# Shooting the.40??



## Zeek_in_NMI (Apr 14, 2013)

I'm considering buying a .40 for a carry gun. I am not new to guns in general but haven't shot hand guns much at all. I've got myself convinced that a .40 is something I should use/have but having never shot one I don't have an idea what to expect. I recently have been practicing with my 9mm Norinco and am not having any problems controlling that. I might add that the 9mm seems very adequate, sure wouldn't want to be on the wrong end of one. I guess I'm looking for some feedback on shooting the .40 and it's effectiveness/hype. Also I should add that I have never shot a .45 before so I don't have that to compare with either, if it matters.


----------



## paratrooper (Feb 1, 2012)

Shooting a .40 cal. is like shooting a 9mm on steroids. 

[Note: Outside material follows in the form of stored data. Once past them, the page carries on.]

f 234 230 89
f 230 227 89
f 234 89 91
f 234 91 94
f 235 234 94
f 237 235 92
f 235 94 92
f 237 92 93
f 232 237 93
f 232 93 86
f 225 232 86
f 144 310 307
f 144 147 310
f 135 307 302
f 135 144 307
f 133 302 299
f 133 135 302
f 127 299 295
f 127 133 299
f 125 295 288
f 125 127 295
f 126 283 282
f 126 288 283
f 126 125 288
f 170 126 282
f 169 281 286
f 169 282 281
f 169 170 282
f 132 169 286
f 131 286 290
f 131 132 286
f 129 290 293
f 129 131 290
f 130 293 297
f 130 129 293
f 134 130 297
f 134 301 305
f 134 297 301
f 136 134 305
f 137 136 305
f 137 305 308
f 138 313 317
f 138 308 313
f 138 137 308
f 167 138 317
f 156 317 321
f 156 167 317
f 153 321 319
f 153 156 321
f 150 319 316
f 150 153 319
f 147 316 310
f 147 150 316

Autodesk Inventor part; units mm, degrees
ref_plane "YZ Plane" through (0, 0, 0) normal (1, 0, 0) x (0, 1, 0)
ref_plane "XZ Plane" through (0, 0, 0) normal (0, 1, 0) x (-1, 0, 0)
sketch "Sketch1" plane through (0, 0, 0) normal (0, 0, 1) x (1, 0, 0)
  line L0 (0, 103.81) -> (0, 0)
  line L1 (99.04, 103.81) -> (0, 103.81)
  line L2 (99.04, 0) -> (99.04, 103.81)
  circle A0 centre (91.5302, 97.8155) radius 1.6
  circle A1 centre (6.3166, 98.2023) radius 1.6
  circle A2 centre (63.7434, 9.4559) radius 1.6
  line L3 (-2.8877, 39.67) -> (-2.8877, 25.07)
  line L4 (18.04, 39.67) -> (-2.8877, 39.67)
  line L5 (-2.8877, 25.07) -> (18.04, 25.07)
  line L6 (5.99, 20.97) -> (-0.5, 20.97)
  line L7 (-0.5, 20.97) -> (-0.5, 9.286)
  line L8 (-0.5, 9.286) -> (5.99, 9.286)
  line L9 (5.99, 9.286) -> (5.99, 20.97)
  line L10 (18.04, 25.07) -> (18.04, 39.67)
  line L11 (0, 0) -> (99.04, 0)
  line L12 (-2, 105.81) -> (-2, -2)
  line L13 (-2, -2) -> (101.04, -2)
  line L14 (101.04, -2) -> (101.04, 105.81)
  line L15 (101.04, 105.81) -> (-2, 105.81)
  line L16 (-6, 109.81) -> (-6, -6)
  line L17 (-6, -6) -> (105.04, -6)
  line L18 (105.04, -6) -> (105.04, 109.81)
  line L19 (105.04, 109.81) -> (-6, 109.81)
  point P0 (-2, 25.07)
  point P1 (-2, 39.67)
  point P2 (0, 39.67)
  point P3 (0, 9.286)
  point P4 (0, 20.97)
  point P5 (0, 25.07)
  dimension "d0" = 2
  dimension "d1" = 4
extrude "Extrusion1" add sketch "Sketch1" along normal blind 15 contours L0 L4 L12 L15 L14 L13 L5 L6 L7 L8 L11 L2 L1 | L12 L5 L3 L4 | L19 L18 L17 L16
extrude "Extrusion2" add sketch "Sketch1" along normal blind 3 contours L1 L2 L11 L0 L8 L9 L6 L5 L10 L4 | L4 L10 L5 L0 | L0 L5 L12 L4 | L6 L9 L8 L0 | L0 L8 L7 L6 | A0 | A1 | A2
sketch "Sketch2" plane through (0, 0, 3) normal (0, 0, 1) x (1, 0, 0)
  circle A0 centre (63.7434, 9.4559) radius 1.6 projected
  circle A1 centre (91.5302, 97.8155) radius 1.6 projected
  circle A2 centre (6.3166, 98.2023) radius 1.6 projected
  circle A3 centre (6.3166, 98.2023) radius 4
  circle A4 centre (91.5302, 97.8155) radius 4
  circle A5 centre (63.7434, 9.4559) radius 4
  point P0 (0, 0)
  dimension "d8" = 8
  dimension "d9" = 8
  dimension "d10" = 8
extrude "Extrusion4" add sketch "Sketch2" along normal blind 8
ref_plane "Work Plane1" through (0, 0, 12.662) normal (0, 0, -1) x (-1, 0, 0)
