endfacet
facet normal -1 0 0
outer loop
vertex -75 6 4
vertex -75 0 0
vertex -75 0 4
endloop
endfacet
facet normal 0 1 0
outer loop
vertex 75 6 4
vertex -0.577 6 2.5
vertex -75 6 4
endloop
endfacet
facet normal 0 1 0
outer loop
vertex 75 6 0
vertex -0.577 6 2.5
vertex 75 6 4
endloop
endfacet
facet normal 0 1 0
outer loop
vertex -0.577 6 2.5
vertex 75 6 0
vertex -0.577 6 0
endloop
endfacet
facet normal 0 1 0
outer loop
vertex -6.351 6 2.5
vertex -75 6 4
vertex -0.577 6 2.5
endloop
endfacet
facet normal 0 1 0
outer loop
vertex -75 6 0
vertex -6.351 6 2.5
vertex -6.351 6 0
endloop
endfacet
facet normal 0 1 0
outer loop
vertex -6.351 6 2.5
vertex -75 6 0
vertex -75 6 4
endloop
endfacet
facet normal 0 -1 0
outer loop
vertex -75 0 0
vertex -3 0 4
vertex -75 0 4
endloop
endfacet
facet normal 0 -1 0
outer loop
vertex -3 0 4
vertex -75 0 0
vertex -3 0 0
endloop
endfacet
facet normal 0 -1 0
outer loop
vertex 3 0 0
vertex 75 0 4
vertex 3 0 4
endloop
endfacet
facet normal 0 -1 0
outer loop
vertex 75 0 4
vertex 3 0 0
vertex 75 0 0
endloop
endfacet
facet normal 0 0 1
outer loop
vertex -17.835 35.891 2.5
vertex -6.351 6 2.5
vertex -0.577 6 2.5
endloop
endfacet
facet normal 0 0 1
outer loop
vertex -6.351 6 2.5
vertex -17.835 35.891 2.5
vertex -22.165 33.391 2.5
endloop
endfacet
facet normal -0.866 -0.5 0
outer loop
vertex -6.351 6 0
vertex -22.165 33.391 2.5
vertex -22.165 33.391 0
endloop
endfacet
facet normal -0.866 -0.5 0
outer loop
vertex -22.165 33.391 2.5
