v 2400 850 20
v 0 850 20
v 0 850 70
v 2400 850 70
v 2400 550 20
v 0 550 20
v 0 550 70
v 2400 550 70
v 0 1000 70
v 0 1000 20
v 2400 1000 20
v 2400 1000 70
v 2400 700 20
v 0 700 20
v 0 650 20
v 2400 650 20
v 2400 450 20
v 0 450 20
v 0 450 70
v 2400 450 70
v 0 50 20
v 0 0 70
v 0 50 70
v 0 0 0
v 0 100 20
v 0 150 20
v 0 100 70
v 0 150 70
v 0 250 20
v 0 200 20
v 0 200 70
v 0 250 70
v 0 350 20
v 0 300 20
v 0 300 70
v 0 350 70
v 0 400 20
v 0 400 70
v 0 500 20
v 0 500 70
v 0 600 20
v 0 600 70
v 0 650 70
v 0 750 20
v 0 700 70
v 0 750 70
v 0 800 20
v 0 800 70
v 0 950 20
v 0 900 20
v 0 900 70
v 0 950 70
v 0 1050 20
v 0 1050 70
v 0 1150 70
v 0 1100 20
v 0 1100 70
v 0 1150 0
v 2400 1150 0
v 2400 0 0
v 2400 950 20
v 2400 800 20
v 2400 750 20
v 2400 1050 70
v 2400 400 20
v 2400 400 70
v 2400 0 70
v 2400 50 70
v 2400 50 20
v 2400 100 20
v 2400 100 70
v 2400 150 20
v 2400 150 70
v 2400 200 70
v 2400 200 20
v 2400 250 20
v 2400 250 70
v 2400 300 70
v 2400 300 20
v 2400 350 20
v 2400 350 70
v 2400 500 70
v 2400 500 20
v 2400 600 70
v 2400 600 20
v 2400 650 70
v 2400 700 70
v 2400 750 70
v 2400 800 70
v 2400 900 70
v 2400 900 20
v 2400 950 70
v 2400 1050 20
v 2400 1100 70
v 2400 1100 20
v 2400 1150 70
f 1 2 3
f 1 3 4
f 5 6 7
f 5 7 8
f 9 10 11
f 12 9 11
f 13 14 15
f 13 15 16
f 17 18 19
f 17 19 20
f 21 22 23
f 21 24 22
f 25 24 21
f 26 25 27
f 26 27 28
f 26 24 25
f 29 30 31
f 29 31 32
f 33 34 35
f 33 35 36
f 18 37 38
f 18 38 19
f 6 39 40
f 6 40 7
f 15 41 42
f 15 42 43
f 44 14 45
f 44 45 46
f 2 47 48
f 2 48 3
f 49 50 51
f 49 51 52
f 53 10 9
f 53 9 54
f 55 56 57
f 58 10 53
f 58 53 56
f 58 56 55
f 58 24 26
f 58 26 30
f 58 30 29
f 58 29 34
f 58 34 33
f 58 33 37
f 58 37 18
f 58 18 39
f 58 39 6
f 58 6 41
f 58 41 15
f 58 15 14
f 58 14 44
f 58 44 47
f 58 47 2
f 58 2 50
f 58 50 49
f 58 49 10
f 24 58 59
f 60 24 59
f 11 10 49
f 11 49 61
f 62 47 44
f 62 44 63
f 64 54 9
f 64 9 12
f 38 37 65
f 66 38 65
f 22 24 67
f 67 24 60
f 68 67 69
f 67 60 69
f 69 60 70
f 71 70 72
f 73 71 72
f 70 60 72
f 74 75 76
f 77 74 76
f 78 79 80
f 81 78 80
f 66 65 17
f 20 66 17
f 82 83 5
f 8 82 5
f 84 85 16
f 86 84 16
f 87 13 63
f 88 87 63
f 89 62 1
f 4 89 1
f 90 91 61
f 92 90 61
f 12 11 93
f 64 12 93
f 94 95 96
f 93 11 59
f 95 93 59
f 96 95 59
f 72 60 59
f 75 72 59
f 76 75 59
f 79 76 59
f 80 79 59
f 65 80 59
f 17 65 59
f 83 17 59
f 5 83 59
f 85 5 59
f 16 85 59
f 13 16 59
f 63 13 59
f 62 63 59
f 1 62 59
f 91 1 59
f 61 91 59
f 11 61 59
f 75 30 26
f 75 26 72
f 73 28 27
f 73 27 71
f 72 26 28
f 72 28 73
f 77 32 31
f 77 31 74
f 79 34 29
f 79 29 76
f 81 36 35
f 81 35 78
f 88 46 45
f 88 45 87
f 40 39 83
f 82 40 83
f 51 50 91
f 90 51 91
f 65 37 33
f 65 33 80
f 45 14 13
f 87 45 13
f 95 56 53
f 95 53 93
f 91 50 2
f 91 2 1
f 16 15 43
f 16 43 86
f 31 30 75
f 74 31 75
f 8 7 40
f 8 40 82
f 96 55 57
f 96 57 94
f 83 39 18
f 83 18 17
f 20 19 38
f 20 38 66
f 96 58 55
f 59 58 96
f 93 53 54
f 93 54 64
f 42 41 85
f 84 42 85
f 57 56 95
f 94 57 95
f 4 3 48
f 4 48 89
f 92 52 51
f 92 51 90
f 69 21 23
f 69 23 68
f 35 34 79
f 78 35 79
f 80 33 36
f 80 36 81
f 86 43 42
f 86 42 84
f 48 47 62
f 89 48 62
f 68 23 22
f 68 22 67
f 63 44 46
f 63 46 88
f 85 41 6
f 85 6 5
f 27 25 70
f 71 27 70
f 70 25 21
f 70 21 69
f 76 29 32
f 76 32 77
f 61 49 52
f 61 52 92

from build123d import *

# Parameters (mm, degrees)
SKETCH_1_W             = 2400
SKETCH_1_H             = 1150
EXTRUDE_1_DEPTH        = 20
SKETCH_2_W             = 2400
SKETCH_2_H             = 50
EXTRUDE_2_DEPTH        = 50
PATTERN_LINEAR_1_COUNT = 12
PATTERN_LINEAR_1_PITCH = 100


with BuildPart() as part:
    # Эскиз1 → Бобышка-Вытянуть1 (new body)
    with BuildSketch(Plane.XY):
        with Locations((1200, 575)):
            Rectangle(SKETCH_1_W, SKETCH_1_H)
    extrude(amount=EXTRUDE_1_DEPTH)

    # Эскиз2 → Бобышка-Вытянуть2 (add)
    with BuildSketch(Plane.XY.offset(20)):
        with Locations((1200, 1125)):
            Rectangle(SKETCH_2_W, SKETCH_2_H)
    extrude_2 = extrude(amount=EXTRUDE_2_DEPTH)

    # Линейный массив1: Бобышка-Вытянуть2 ×12
    with Locations(*[(0, -i * PATTERN_LINEAR_1_PITCH, 0) for i in range(1, PATTERN_LINEAR_1_COUNT)]):
        add(extrude_2)


solid = part.part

It's still manageable and not all that intimidating, unless you are totally new to shooting. 

I like the 9mm, and have plenty of handguns chambered in that round, but my primary carry gun is my SIG P250C in .40 cal.


----------



## SouthernBoy (Jun 27, 2007)

The recoil you feel from any cartridge is going to be affected by a number of factors and one of the primary items in this is the gun you are using. How does it sit in your hand? How heavy is it? Is the bore axis high, about midline, or low? What is the size of the gun? These are just some of the things about a handgun that are going to be factors in the felt recoil.

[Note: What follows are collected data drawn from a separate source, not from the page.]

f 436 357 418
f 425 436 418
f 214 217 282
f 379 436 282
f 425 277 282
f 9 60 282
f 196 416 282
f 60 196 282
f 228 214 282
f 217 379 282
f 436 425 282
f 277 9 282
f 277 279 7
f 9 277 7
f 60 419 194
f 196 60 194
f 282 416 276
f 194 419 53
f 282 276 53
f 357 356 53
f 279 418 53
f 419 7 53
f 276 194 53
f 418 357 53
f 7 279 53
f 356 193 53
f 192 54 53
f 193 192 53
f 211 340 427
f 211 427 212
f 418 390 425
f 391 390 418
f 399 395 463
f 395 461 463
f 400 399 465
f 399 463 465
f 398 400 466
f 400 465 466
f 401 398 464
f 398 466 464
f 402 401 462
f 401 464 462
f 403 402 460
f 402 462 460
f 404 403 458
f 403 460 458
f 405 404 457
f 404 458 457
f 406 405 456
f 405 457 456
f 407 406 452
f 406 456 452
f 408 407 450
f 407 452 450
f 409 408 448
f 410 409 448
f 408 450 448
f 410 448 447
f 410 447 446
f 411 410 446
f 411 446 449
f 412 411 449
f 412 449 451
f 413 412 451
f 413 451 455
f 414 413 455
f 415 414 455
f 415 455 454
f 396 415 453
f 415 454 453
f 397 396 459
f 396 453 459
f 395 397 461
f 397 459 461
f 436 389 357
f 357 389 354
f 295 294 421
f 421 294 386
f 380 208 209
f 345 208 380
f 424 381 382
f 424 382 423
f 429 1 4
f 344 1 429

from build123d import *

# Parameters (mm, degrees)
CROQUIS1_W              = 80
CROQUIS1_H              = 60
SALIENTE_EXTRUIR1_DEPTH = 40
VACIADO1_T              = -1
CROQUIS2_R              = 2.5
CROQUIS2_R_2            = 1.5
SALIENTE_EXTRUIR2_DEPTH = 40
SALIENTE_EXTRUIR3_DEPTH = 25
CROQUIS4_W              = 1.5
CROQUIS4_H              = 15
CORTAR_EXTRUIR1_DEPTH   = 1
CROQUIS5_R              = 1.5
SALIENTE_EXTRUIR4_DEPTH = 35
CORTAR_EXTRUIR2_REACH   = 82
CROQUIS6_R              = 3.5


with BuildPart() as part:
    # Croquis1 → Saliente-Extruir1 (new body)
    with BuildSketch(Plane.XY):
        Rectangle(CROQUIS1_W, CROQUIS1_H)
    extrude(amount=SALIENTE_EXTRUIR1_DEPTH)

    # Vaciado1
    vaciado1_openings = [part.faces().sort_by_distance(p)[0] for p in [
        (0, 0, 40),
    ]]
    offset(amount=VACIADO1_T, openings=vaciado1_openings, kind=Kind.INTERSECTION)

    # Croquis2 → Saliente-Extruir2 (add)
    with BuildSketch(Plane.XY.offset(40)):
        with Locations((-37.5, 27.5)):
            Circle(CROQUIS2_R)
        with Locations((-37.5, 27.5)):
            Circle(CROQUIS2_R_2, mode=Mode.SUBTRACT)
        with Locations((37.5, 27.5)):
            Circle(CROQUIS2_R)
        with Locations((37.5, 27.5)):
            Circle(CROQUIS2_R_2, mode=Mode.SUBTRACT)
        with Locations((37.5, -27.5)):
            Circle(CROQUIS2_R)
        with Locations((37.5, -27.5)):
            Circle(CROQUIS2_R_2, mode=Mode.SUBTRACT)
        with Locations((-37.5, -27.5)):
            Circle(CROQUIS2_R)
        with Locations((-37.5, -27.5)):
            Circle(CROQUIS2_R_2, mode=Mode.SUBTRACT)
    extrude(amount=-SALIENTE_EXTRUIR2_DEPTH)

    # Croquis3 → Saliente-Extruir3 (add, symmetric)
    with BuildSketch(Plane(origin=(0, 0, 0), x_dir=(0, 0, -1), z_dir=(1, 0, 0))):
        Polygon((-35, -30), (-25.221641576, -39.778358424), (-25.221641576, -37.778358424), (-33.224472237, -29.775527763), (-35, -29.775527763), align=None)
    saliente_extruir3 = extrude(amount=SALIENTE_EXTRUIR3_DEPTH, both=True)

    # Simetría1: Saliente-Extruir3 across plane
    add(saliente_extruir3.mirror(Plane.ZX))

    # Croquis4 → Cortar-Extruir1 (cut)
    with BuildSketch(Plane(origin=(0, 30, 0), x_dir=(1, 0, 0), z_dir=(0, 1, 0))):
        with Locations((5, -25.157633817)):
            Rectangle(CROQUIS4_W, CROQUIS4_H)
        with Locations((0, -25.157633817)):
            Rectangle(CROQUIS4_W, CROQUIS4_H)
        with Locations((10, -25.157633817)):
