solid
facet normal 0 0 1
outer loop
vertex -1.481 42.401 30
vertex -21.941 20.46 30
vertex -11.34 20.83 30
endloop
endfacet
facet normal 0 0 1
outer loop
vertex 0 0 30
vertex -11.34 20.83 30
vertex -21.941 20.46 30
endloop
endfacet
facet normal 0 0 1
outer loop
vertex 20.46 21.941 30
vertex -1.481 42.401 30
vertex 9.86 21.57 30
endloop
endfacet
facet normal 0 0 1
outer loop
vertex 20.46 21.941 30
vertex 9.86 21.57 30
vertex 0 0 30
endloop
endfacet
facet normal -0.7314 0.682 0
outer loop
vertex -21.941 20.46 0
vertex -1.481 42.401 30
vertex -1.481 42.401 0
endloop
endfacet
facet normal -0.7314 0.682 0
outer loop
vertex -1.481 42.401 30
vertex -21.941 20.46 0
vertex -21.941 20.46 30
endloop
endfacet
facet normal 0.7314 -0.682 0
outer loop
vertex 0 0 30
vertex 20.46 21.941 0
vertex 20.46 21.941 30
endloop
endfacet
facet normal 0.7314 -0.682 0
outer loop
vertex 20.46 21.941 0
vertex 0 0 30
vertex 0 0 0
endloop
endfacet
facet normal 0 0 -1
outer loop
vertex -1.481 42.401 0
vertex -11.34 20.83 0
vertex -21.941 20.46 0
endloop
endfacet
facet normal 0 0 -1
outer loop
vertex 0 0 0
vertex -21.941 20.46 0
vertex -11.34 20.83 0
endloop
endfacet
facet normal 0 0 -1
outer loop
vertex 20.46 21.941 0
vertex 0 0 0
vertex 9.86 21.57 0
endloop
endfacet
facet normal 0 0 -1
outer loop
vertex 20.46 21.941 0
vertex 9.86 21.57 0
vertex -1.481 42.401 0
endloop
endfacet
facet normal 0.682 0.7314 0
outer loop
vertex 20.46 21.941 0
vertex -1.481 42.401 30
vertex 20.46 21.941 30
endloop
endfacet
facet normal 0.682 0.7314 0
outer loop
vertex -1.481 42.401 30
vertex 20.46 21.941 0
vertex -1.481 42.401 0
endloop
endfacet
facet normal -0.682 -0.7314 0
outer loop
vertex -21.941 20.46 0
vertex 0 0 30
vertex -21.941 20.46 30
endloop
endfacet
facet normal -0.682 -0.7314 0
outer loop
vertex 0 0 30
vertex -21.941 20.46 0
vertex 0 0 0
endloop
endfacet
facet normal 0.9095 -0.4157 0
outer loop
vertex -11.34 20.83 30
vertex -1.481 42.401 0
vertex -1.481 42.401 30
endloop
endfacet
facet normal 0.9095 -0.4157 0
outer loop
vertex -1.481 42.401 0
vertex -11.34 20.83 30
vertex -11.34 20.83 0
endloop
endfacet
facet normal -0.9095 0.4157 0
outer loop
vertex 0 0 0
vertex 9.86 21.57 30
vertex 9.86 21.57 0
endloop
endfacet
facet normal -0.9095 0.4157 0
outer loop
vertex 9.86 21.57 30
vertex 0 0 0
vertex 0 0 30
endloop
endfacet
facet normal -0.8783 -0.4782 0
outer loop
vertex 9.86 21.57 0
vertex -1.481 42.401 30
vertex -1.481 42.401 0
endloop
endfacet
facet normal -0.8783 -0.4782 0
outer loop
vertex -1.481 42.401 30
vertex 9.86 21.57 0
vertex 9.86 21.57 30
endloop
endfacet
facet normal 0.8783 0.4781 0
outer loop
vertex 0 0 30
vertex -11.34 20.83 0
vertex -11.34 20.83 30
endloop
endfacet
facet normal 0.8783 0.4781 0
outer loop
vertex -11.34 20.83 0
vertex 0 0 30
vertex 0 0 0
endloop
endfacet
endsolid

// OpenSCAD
rotate([0,0,2])
rotate([0,-90,0]){
    difference(){
        rotate([-45,0,0]) {
            cube([30, 30, 30]);
        }
        scale([1,1,0.5]) {
            rotate([-45,0,0]) {
                cube([30, 30, 30]);
            }
        }
    }
}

As for the .40S&W, perhaps the most common adjective you see is "snappy", or "sharp". Like paratrooper said, many will tell you it is like a 9mm on steroids. But it's not bad at all and it is an excellent defensive round... right up there with the best. My primary carry gun is a gen3 Glock 23, which of course is a .40S&W. I have other pistols chambered for this round and over the years, have had quite a collection of them. I have never felt that the .40 was too much cartridge for any of those guns or for me. My preferred loads for my Glock 23 is the hot Gold Dot 165gr #53970 (1150 fps with 484 ft/lbs of energy at the muzzle) and the Federal 165gr HST.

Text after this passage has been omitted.